Abolition of strategic health authorities threatens screening of newborns, expert saysBMJ 2011; 342 doi: https://doi.org/10.1136/bmj.d3786 (Published 16 June 2011) Cite this as: BMJ 2011;342:d3786
The Health and Social Care Bill could put infants at risk by weakening the regulation of paediatric screening.
This warning comes from Dr David Elliman, consultant in community child health, strategic co-director of the newborn blood spot screening programme and clinical lead of the newborn and infant physical examination programme. Dr Elliman expressed his concerns at a meeting of the Royal Society of Medicine’s paediatrics and child health section in London.
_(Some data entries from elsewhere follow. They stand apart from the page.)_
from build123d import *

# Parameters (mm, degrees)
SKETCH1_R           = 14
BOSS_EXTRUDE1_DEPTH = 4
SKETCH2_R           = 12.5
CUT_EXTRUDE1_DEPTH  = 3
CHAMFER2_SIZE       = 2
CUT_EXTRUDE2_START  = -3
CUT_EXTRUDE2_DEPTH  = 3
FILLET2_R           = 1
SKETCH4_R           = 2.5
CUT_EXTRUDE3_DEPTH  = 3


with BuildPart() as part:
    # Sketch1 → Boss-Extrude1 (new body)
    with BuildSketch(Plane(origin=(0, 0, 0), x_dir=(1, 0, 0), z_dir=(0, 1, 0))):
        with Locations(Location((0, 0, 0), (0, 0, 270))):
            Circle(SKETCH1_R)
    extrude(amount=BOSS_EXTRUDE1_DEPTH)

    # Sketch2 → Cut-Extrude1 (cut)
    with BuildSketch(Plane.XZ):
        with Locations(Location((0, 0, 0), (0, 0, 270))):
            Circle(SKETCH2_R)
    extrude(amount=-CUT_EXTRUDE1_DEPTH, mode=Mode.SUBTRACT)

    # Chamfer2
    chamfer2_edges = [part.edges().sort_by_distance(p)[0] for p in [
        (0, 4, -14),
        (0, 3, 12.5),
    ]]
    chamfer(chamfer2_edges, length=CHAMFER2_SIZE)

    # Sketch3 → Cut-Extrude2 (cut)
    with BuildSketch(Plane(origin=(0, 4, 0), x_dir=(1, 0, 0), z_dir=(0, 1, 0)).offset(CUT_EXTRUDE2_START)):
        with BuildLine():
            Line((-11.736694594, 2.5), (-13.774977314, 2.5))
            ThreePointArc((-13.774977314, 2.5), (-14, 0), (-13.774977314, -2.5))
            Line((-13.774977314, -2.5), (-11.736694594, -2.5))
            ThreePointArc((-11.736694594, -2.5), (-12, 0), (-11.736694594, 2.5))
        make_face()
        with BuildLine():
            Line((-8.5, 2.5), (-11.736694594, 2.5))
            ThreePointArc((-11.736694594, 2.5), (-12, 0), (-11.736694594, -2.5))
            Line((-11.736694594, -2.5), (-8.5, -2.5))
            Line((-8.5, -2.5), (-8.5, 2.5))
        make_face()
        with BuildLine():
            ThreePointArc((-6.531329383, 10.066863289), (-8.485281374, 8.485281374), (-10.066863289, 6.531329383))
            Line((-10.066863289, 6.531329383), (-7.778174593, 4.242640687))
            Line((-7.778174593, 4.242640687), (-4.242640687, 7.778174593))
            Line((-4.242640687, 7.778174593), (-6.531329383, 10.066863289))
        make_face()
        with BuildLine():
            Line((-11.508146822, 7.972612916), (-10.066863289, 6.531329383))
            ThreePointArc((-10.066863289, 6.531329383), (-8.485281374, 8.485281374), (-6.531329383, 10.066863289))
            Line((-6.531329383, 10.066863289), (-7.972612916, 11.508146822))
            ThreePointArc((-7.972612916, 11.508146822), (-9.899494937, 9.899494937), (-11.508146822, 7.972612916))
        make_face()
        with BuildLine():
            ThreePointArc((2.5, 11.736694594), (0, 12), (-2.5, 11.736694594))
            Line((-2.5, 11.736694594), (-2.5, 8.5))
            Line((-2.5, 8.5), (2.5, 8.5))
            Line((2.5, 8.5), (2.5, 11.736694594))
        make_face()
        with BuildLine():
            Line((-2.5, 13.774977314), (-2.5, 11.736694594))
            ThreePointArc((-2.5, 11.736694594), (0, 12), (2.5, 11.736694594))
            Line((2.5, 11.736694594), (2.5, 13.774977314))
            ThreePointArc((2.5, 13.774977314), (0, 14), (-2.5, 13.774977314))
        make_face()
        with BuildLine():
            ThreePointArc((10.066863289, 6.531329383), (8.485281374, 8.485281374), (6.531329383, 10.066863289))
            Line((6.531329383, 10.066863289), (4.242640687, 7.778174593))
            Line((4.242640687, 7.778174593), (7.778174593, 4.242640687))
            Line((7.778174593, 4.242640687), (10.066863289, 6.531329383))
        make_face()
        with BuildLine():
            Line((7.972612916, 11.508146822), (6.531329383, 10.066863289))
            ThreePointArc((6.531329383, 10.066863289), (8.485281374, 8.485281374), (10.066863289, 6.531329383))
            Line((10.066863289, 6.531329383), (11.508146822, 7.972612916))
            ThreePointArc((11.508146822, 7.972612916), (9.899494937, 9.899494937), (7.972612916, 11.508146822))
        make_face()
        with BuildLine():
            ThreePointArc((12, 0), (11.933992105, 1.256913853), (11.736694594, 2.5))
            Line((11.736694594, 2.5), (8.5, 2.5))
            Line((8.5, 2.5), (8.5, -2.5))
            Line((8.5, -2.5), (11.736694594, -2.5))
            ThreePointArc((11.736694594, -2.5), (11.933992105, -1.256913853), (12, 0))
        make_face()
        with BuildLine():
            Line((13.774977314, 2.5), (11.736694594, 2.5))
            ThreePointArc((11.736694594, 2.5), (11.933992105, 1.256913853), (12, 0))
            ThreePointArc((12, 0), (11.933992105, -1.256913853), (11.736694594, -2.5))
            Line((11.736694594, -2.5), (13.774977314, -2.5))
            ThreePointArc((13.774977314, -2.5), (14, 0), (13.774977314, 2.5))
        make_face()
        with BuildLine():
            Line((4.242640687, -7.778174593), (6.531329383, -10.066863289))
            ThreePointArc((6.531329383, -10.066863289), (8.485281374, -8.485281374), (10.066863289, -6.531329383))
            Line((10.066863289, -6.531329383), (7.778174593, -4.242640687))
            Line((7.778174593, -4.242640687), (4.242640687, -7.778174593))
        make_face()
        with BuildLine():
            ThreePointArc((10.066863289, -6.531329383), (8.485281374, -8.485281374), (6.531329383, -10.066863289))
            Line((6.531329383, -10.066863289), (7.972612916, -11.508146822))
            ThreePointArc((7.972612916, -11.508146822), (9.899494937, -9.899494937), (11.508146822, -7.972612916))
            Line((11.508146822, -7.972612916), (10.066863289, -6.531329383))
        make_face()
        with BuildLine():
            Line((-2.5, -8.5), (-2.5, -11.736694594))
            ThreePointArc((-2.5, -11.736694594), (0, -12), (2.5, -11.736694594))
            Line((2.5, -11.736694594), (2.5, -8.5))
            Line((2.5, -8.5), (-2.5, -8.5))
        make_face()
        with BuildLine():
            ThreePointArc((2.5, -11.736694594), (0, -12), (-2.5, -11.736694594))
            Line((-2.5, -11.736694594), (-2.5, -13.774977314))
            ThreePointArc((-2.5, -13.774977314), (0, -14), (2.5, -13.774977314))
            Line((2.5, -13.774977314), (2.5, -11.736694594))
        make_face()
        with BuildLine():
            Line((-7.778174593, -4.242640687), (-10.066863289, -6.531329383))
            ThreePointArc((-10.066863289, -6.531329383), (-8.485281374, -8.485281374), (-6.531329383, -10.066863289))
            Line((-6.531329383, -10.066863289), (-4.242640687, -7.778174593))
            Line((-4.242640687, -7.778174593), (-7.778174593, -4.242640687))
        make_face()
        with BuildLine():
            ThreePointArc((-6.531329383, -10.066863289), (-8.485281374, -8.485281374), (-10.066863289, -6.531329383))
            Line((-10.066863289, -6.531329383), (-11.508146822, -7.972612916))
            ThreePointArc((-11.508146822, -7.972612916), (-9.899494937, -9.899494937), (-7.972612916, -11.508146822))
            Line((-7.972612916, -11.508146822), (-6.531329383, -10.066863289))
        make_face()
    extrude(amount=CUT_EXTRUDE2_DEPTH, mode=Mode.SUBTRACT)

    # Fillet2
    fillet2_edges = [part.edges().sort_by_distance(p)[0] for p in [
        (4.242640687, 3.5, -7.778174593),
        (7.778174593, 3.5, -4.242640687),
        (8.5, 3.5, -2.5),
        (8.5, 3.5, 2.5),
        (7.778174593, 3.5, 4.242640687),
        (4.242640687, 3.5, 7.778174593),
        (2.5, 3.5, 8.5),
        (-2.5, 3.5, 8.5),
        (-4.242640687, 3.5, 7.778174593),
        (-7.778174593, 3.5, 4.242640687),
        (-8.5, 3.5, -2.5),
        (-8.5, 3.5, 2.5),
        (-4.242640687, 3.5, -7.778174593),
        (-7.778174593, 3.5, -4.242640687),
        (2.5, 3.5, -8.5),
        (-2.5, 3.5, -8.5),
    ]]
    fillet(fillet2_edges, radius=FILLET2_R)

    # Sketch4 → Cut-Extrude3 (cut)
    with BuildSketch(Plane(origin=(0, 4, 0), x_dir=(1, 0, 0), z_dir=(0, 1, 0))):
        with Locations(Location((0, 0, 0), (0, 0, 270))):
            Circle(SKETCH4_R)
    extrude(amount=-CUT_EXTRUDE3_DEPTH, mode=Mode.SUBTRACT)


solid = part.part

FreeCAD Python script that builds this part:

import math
import FreeCAD as App
import Part
import Sketcher

V = App.Vector
Q = App.Units.Quantity


def edges_at(feature, points):
    """Names of the edges that pass closest to the given points."""
    edges = feature.Shape.Edges
    near = lambda p: min(range(len(edges)), key=lambda i: edges[i].distToShape(Part.Vertex(*p))[0])
    return sorted({f"Edge{near(p) + 1}" for p in points})

doc = App.newDocument("Part")
params = doc.addObject("Spreadsheet::Sheet", "Params")
for row, (alias, value) in enumerate([
    ("sketch1_diameter", "28 mm"),
    ("pad1_length", "4 mm"),
    ("sketch2_diameter", "25 mm"),
    ("pocket1_length", "3 mm"),
    ("chamfer_size", "2 mm"),
    ("sketch3_radius", "14 mm"),
    ("sketch3_width", "5 mm"),
    ("sketch3_length", "5 mm"),
    ("pocket2_length", "3 mm"),
    ("fillet_radius", "1 mm"),
    ("sketch4_diameter", "5 mm"),
    ("pocket3_length", "3 mm"),
], start=1):
    params.set(f"A{row}", alias)
    params.set(f"B{row}", "=" + value)
    params.setAlias(f"B{row}", alias)

body = doc.addObject("PartDesign::Body", "Body")

# Sketch on XZ plane
sketch1 = body.newObject("Sketcher::SketchObject", "Sketch")
sketch1.AttachmentSupport = (doc.getObject("XZ_Plane"), [""])
sketch1.MapMode = "FlatFace"
sketch1.addGeometry(Part.Circle(V(0, 0, 0), V(0, 0, 1), 14), False)
sketch1.addConstraint(Sketcher.Constraint("Coincident", 0, 3, -1, 1))
sketch1.addConstraint(Sketcher.Constraint("Diameter", 0, Q("28 mm")))
sketch1.setExpression("Constraints[1]", "Params.sketch1_diameter")
pad1 = body.newObject("PartDesign::Pad", "Pad")
pad1.Profile = sketch1
pad1.setExpression("Length", "Params.pad1_length")
pad1.Reversed = True

# Sketch on XZ plane
sketch2 = body.newObject("Sketcher::SketchObject", "Sketch001")
sketch2.AttachmentSupport = (doc.getObject("XZ_Plane"), [""])
sketch2.MapMode = "FlatFace"
sketch2.addGeometry(Part.Circle(V(0, 0, 0), V(0, 0, 1), 12), False)
sketch2.addConstraint(Sketcher.Constraint("Coincident", 0, 3, -1, 1))
sketch2.addConstraint(Sketcher.Constraint("Diameter", 0, Q("25 mm")))
sketch2.setExpression("Constraints[1]", "Params.sketch2_diameter")
pocket1 = body.newObject("PartDesign::Pocket", "Pocket")
pocket1.Profile = sketch2
pocket1.setExpression("Length", "Params.pocket1_length")
doc.recompute()

chamfer = body.newObject("PartDesign::Chamfer", "Chamfer")
chamfer.Base = (pocket1, edges_at(pocket1, [(0, 4, -14), (0, 3, 12.5)]))
chamfer.setExpression("Size", "Params.chamfer_size")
Because the bill seeks to abolish Strategic Health Authorities (SHAs), which currently oversee screening programmes, Dr Elliman fears that infants will be put at risk because there will be no provision for “foolproof screening systems locally.”
Newborn blood spot screening is used to test for disorders such as congenital hypothyroidism and phenylketonuria.
Dr Elliman warns that division of services among competing trusts could lead to delays in the system and increased risks in the care pathways.
“Screening programmes are complicated pathways involving a number of different disciplines and healthcare organisations. It is important that the links between these different players are seamless,” Dr Elliman told the BMJ.
“Newborn blood spot screening is perhaps an extreme example of this. It is important that once a child is found to have one of the conditions, they embark on appropriate management as soon as possible (the target is 21 days). Delays may mean permanent brain damage or even death.
“Currently there are well established pathways … these pathways are set nationally in principle and then in detail at a level such as the SHA. It would bring chaos if each individual GP consortium decided which lab a sample should be sent to and then which clinician should see a child found to have the condition. This should be decided at a level equivalent to SHA, if not nationally.”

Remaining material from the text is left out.